King Pharmaceuticals Inc reported that the Food and Drug Administration has approved supplemental New Drug Applications (sNDA), which provide that Unithroid (levothyroxine sodium tablets, USP) and Levo-T (levothyroxine sodium tablets, USP) are bioequivalent and therapeutically equivalent to Levoxyl (levothyroxine sodium tablets, USP).

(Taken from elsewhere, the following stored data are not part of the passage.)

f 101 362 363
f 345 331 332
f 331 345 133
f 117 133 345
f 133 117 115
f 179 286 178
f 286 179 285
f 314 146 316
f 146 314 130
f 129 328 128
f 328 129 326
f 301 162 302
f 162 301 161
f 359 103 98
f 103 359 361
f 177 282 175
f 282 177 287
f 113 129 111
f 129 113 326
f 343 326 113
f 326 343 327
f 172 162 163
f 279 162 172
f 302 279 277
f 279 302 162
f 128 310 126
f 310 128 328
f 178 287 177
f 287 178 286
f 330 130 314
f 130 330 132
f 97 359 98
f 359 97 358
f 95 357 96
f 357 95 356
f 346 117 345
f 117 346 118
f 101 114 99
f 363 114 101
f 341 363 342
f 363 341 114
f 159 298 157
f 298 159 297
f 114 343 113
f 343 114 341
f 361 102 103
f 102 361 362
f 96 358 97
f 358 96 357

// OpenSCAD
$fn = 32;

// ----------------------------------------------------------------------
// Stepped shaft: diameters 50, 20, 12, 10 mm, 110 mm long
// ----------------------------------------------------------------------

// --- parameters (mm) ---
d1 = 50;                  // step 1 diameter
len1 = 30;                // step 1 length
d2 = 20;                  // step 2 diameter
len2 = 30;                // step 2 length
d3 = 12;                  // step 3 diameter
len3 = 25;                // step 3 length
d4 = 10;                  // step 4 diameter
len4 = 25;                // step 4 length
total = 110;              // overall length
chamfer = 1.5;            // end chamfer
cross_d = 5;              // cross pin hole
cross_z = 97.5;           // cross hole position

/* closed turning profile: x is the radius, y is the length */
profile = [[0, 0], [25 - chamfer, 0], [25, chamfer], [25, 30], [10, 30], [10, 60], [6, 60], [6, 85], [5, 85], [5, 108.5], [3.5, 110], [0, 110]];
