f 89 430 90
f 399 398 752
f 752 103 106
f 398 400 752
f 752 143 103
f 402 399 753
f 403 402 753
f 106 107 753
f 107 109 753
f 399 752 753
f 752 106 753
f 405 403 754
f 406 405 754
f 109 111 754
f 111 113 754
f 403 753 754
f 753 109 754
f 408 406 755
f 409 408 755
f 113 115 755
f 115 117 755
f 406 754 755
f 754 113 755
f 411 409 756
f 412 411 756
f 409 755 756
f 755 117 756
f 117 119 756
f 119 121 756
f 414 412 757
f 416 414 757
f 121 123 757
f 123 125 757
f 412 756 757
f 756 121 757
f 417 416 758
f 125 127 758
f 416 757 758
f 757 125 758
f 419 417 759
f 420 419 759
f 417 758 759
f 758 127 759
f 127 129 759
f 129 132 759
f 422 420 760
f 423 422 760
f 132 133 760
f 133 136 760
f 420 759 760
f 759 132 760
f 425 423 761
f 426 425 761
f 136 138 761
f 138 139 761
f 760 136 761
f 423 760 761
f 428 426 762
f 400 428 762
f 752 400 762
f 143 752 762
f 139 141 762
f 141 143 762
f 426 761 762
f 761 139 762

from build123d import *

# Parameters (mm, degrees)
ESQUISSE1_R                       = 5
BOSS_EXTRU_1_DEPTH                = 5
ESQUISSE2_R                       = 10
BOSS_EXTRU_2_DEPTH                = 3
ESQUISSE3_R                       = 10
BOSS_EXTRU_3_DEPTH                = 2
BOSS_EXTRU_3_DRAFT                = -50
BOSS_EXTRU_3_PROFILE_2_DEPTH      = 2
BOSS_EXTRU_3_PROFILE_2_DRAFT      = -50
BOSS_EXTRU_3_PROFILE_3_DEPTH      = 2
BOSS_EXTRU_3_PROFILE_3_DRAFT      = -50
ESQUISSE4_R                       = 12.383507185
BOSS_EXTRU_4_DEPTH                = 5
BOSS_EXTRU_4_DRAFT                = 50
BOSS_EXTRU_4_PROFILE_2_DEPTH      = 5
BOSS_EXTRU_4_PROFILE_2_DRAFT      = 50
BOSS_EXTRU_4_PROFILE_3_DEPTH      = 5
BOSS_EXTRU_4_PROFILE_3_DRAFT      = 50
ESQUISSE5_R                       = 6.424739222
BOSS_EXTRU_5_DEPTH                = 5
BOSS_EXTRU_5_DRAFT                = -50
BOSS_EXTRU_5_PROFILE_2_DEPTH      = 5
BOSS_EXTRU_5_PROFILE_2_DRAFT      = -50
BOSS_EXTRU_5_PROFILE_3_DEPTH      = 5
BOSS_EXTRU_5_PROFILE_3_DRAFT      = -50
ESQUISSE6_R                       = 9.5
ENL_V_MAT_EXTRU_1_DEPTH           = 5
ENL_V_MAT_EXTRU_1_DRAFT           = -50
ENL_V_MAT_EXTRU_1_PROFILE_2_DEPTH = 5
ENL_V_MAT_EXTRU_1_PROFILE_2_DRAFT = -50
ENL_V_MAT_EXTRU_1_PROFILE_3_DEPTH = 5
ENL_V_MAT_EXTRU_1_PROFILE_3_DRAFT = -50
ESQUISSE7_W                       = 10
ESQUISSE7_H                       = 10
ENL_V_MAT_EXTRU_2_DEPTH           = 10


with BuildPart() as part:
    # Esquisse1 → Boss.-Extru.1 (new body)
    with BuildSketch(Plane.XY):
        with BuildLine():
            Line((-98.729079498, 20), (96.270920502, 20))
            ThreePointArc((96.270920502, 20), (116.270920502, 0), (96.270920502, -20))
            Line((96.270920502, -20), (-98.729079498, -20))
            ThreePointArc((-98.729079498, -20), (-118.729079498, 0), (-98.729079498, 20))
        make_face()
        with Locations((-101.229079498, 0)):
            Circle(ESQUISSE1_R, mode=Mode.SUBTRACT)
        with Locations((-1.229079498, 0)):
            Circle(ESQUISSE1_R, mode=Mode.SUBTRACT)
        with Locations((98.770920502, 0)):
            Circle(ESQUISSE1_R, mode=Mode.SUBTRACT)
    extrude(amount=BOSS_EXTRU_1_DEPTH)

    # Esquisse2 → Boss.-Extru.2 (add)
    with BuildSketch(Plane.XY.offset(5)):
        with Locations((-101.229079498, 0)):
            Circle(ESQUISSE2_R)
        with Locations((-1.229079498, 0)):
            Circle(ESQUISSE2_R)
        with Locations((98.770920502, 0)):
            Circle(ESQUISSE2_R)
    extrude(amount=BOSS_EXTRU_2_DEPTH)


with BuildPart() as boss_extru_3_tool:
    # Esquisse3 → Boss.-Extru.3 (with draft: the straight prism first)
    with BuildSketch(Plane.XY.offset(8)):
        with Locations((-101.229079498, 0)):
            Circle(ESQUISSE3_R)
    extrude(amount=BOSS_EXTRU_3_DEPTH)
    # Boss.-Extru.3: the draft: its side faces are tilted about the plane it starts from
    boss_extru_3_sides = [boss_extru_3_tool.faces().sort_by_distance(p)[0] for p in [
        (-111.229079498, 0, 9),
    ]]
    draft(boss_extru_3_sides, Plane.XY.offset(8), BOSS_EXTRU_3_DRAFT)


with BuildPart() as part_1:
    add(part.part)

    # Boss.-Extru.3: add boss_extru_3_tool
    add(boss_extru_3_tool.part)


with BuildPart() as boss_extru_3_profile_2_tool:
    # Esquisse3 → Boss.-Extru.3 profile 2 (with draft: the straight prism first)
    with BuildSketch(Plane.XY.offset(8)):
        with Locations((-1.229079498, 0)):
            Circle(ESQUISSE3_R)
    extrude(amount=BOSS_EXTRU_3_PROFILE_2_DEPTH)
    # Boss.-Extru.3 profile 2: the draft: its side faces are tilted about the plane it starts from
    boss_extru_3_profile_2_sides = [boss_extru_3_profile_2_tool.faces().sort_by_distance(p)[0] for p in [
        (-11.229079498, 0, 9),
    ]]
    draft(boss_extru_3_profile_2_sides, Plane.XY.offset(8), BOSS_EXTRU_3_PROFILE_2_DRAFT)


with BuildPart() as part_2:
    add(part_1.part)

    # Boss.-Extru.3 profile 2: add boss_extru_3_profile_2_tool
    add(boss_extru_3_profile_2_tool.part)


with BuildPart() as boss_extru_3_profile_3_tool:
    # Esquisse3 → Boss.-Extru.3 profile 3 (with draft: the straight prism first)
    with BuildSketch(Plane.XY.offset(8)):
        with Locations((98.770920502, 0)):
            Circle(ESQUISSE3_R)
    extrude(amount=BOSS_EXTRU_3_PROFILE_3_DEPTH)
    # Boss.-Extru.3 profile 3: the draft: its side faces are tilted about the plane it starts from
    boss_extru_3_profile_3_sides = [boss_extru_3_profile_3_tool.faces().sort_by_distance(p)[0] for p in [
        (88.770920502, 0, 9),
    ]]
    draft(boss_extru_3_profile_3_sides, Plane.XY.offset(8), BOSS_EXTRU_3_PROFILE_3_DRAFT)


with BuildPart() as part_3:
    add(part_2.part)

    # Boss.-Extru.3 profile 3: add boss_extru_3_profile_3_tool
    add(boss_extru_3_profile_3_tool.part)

Despite the Company's expectation to the contrary, the FDA granted these approvals without requiring certification against King's patent number 6,555,581 (the '581 Patent), which pertains to Levoxyl and is listed in the FDA's publication entitled Approved Drug Products with Therapeutic Equivalence Evaluations, commonly known as the "Orange Book". King is currently evaluating the appropriateness of such approvals and considering potential legal recourse, company said in a release.

Brian A Markison, acting president and CEO of King, noted, "The American Thyroid Association (ATA), The Endocrine Society (TES), and the American Association of Clinical Endocrinologists (AACE) issued a joint release regarding their concerns with respect to the methodology used by the FDA to determine bioequivalence. In their release these organizations indicate that there is the potential for health issues that may arise from this action which is of great concern to our Company, healthcare professionals, and ultimately patients who utilize levothyroxine sodium products."

King also said the receipt of the FDA's denial of the Company's Citizen Petition challenging the appropriateness of the FDA's bioequivalence methodology for levothyroxine sodium tablets.

The '581 Patent' is a utility patent that covers the Company's novel Levoxyl product. The '581 Patent extends through February 15, 2022.

King, headquartered in Bristol, Tennessee, is a vertically integrated branded pharmaceutical company.